L’ottimismo c’è e deve continuare ad esserci, senza essere minimizzato da chi si ostina a voler dipingere tutto di nero. D’altronde è ovvio, la cronaca, il noir, le macchie di sangue, le sceneggiate con sottofondi neomelodici, le battaglie tra clan, l’effetto bronx e tutto il resto, fanno di sicuro più gola alle televisioni, ai giornali e ad ogni mezzo di comunicazione che con questo tipo di materiale vende di più. Il buono non fa scena. Questo meccanismo però, crea delle deleterie reazioni a catena che devastano e allontanano ogni tipo di investimento sociale ed economico da parte degli osservatori esterni, influenzando anche chi vive qui, alimentando le paure, riducendo eccessivamente le opportunità di questa zona.

Chi lavora per la crescita fa doppia fatica, perché non solo si trova a combattere con il marcio reale ma anche con chi lo enfatizza fino ai più impressionanti livelli cinematografici, a quel punto poi la “napolifobia” è servita su un piatto d’argento. E’ proprio questa napolifobia che annebbia le prospettive e che inibisce noi stessi e le altre comunità, spingendo loro a non ampliare il raggio di opportunità verso questa città. Questo territorio non dovrebbe elemosinare rispetto, dovrebbe ottenerlo con naturalezza, questa città vuole condividere le sue particolarità culturali migliori piuttosto che rintanarsi nei luoghi comuni limitativi e infanganti. Deve aumentare la diffusione delle notizie positive quelle che non si limitano a mostrare il male di una regione che intende crescere sempre di più.

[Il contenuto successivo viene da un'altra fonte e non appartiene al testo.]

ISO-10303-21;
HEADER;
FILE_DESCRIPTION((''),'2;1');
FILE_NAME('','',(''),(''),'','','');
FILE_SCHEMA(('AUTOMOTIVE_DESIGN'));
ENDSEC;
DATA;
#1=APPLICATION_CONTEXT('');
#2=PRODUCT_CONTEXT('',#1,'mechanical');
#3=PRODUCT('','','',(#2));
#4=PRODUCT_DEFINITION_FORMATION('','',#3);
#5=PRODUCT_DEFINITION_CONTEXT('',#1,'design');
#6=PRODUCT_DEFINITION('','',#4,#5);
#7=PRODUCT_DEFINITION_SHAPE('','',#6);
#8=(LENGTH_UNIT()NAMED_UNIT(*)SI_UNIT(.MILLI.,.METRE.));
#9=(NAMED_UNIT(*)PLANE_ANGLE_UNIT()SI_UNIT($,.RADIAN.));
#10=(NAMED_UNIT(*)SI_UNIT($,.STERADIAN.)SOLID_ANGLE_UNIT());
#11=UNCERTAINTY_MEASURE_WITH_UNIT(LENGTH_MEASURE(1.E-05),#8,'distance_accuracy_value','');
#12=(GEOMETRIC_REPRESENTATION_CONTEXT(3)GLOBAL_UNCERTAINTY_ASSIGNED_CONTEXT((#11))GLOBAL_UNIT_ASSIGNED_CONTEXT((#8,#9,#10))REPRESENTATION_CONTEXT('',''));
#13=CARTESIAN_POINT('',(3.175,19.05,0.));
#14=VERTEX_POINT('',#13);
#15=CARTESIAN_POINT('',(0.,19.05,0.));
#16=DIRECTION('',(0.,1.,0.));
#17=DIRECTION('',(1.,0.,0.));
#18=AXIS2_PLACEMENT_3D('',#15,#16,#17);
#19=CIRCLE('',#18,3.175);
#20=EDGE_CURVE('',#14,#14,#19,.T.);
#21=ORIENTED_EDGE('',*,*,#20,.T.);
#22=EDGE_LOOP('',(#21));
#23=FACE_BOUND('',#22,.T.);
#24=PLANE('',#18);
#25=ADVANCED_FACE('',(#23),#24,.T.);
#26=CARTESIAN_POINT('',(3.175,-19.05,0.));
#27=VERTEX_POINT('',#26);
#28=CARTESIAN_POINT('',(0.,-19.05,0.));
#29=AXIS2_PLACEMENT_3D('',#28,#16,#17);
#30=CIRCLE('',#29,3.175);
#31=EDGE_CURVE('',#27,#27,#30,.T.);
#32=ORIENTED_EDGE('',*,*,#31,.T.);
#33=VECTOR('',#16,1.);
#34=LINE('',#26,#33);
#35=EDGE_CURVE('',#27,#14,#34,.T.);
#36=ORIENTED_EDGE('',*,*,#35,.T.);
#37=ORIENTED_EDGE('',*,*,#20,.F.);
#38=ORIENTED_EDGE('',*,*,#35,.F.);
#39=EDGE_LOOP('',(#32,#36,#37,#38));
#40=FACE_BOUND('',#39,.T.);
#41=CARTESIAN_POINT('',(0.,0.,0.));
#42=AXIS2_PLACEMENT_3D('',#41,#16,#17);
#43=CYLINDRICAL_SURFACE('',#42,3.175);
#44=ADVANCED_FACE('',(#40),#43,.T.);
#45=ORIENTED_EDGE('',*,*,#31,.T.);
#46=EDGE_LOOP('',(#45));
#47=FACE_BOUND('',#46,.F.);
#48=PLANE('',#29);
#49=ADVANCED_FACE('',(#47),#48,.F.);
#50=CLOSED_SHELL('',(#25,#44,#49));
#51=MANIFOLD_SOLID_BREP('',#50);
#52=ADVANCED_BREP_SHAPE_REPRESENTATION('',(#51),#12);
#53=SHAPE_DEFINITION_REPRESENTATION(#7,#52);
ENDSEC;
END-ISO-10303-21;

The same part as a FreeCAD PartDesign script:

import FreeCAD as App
import Part
import Sketcher
Q = App.Units.Quantity

doc = App.newDocument("Part")
body = doc.addObject("PartDesign::Body", "Body")

sketch1 = body.newObject("Sketcher::SketchObject", "Sketch")
sketch1.AttachmentSupport = (doc.getObject("XZ_Plane"), [""])
sketch1.MapMode = "FlatFace"
sketch1.addGeometry(Part.Circle(App.Vector(0, 0, 0), App.Vector(0, 0, 1), 3.2), False)
sketch1.addConstraint(Sketcher.Constraint("Coincident", 0, 3, -1, 1))
sketch1.addConstraint(Sketcher.Constraint("Diameter", 0, Q("0.25 in")))
pad1 = body.newObject("PartDesign::Pad", "Pad")
pad1.Profile = sketch1
pad1.Length = Q("1.5 in")
pad1.Midplane = True

doc.recompute()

Le cose negli anni sono cambiate e ancora cambiano, si trasformano e soprattutto c’è chi combatte con tenacia affinché il terrorismo mafioso non sia l’unica risorsa da mettere in campo. Come notizia positiva si intende anche l’arresto di Francesco Maturo, era tra i cento latitanti più pericolosi, considerato il reggente del clan dei "Fabbrocino", si nascondeva in una villetta di Angri, in provincia di Salerno. Esiste una lotta costante contro il crimine organizzato, un contrasto che non si limita alla Campania: qualche giorno fa la Procura della Repubblica di Rimini, ha ordinato un sequestro d’urgenza, finalizzato alla confisca, da 2,5 milioni di euro di beni contro una famiglia camorrista che da vent’anni gestiva in riviera alberghi e attività economiche varie.

Si tratta della famiglia Lanna affiliata al clan Abate di San Giorgio a Cremano. Sono stati sequestrati un hotel a Miramare e una sua dipendenza, un appartamento a Montecolombo, una gastronomia in pieno centro a Riccione e cinque imprese che gestiscono altrettanti hotel tra Rimini e Riccione. Queste famiglie appaiono al mondo intero come l’intera città, ed ecco il danno prodotto dall’eccessivo processo di etichettamento. Parlando solo di queste famiglie, diventa conseguentemente naturale una reazione “napolifobica”.

Tutti questi escrementi sociali sono soltanto quella percentuale chiassosa che grida facendo molto rumore e zittendo quella maggioranza civile che vive con dignità e che non riesce ad esporsi come vorrebbe, quella maggioranza che quotidianamente lavora con impegno e costanza per lo sviluppo collettivo. Forse dobbiamo fare più attenzione, Napoli è un argomento che va spiegato con delicatezza, con chiarezza, verità, precisione e senza nessuna forma di razzismo: qui il buono è fotografabile ovunque, bisogna solo imporre all’opinione pubblica l’idea che il prezzo guadagnato vendendo il male di questo territorio non è mai paragonabile all’importanza della crescita e della forza culturale di una città che potrebbe, che può e che deve, insegnare al resto dell’Europa cosa significa bellezza, arte e partecipazione.